- Work request -
What is needed is an exact copy of the lines in the listing below, from the one with "#55=ORIENTED_EDGE('',*,*,#54,.T.);" up to and including the one with "#67=EDGE_CURVE('',#23,#64,#66,.T.);", with no other lines.

───

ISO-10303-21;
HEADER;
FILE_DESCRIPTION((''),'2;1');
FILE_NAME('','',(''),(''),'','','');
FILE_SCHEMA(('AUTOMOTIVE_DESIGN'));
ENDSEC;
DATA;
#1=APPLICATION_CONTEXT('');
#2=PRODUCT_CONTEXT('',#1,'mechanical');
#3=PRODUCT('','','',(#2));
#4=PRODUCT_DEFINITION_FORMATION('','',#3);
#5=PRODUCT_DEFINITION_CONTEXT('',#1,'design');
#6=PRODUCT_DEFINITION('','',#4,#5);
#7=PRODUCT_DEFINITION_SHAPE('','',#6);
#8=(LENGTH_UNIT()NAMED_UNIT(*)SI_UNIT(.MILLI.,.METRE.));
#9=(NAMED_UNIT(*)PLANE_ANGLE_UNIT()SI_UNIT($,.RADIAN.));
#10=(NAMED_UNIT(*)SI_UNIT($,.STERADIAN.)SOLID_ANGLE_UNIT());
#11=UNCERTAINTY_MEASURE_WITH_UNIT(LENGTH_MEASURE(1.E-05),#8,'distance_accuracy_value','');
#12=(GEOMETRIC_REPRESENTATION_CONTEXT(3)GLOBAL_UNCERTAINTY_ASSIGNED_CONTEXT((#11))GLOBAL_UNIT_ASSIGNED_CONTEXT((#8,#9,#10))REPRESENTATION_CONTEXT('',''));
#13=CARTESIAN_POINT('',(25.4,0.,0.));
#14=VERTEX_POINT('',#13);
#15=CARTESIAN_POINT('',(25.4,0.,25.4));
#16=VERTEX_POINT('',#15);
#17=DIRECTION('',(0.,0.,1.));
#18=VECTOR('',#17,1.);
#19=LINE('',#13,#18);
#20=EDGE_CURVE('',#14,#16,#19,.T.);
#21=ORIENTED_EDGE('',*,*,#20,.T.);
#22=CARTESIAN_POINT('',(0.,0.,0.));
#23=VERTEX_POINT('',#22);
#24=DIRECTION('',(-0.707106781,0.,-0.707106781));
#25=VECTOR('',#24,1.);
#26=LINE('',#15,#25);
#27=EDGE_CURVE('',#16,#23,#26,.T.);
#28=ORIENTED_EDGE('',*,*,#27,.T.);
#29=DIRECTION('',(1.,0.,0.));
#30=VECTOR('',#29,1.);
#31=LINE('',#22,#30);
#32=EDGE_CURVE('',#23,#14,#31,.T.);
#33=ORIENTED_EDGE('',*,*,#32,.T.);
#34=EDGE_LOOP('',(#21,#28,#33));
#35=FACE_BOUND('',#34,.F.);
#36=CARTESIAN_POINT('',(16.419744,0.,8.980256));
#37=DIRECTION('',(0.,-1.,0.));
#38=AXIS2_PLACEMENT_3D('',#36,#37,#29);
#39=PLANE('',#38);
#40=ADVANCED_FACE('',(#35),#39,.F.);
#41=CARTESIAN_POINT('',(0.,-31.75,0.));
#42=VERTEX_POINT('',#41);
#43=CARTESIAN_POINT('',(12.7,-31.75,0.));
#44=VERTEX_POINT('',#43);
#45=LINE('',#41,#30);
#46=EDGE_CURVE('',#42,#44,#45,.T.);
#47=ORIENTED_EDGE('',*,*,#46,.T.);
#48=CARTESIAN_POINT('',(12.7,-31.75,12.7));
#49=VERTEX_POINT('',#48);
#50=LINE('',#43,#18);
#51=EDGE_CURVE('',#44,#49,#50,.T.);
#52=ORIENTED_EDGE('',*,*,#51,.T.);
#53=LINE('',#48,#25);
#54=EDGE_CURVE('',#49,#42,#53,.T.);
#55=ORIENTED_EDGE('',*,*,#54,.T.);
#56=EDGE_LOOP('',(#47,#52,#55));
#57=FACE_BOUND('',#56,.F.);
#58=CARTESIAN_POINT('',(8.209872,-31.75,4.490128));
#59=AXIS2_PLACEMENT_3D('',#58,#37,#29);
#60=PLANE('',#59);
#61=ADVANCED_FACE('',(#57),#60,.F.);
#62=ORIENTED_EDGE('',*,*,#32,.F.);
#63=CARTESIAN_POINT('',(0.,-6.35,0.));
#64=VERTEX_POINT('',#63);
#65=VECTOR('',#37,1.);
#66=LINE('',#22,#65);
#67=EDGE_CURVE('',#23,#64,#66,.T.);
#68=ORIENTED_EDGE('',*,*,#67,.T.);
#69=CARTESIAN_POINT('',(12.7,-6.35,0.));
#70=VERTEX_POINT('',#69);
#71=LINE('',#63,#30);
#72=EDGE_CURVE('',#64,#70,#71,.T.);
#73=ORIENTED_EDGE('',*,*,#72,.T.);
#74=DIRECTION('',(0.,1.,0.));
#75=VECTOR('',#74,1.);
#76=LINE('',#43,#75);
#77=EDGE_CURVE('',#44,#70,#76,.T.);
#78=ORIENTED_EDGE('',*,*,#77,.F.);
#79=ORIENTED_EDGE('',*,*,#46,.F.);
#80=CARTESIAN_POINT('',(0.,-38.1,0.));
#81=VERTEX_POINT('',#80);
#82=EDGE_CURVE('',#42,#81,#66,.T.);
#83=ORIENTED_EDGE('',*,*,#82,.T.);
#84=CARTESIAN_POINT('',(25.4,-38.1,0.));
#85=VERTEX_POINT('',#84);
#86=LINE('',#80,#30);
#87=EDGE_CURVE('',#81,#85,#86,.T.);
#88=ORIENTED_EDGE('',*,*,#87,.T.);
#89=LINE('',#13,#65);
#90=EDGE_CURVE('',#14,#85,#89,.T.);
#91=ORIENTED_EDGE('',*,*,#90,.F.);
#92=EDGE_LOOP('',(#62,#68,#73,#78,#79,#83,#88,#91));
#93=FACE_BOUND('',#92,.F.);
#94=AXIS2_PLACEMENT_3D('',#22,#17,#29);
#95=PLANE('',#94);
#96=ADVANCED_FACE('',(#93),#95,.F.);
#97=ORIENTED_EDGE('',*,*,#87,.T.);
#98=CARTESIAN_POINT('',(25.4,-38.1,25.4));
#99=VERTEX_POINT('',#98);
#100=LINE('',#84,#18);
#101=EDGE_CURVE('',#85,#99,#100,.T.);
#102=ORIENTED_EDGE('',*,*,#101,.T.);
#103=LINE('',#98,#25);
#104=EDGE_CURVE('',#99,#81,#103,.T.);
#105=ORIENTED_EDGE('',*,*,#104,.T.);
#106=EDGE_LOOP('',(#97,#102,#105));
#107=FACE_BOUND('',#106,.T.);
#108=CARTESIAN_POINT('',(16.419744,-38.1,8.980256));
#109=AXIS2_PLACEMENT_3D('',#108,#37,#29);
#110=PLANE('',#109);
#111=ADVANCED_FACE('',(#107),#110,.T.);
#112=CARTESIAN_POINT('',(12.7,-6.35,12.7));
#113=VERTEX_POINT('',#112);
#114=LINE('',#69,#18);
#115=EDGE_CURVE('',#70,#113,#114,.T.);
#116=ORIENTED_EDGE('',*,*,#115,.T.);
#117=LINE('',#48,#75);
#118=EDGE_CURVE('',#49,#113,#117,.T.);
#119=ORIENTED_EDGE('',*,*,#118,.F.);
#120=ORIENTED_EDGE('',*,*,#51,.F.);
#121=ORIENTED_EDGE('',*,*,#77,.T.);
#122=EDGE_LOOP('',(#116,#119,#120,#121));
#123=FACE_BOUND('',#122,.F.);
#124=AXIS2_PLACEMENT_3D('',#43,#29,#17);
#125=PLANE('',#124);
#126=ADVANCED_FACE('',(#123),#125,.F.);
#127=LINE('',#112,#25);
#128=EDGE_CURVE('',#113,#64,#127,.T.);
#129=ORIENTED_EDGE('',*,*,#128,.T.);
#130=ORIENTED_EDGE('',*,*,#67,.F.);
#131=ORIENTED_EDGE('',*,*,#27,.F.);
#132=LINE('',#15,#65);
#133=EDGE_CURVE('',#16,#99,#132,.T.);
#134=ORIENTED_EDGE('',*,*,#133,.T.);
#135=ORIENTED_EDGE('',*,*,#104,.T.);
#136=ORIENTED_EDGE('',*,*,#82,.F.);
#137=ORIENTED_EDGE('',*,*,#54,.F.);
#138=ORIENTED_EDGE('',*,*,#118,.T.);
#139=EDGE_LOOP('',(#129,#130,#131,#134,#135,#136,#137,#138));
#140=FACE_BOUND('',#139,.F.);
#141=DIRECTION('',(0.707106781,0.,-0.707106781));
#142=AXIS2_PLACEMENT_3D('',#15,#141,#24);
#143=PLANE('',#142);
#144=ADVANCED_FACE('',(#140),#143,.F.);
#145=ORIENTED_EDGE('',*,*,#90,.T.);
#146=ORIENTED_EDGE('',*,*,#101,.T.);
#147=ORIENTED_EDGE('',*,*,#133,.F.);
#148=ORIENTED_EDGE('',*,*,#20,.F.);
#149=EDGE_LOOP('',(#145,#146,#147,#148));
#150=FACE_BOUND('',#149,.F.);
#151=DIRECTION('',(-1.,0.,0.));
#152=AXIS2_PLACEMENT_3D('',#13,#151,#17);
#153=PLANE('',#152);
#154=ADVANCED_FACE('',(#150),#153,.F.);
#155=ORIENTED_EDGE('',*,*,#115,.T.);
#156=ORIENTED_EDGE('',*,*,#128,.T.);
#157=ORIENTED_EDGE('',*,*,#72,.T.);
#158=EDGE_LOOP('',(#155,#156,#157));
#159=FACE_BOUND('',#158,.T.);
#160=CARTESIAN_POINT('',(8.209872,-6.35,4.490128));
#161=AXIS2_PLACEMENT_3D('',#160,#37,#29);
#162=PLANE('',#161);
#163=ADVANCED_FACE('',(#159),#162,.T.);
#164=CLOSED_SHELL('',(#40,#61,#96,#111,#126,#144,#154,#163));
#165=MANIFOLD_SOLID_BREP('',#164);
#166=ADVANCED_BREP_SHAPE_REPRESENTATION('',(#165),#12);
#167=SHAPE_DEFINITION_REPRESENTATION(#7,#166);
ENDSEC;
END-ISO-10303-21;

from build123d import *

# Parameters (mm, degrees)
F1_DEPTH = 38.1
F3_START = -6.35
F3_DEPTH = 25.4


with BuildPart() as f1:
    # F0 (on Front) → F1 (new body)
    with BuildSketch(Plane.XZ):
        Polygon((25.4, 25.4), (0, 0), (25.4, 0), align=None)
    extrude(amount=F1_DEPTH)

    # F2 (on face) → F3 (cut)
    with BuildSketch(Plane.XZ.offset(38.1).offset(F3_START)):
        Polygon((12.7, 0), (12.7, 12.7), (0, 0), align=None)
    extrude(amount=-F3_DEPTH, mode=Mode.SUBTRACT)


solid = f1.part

───

- Exercise answer -
#55=ORIENTED_EDGE('',*,*,#54,.T.);
#56=EDGE_LOOP('',(#47,#52,#55));
#57=FACE_BOUND('',#56,.F.);
#58=CARTESIAN_POINT('',(8.209872,-31.75,4.490128));
#59=AXIS2_PLACEMENT_3D('',#58,#37,#29);
#60=PLANE('',#59);
#61=ADVANCED_FACE('',(#57),#60,.F.);
#62=ORIENTED_EDGE('',*,*,#32,.F.);
#63=CARTESIAN_POINT('',(0.,-6.35,0.));
#64=VERTEX_POINT('',#63);
#65=VECTOR('',#37,1.);
#66=LINE('',#22,#65);
#67=EDGE_CURVE('',#23,#64,#66,.T.);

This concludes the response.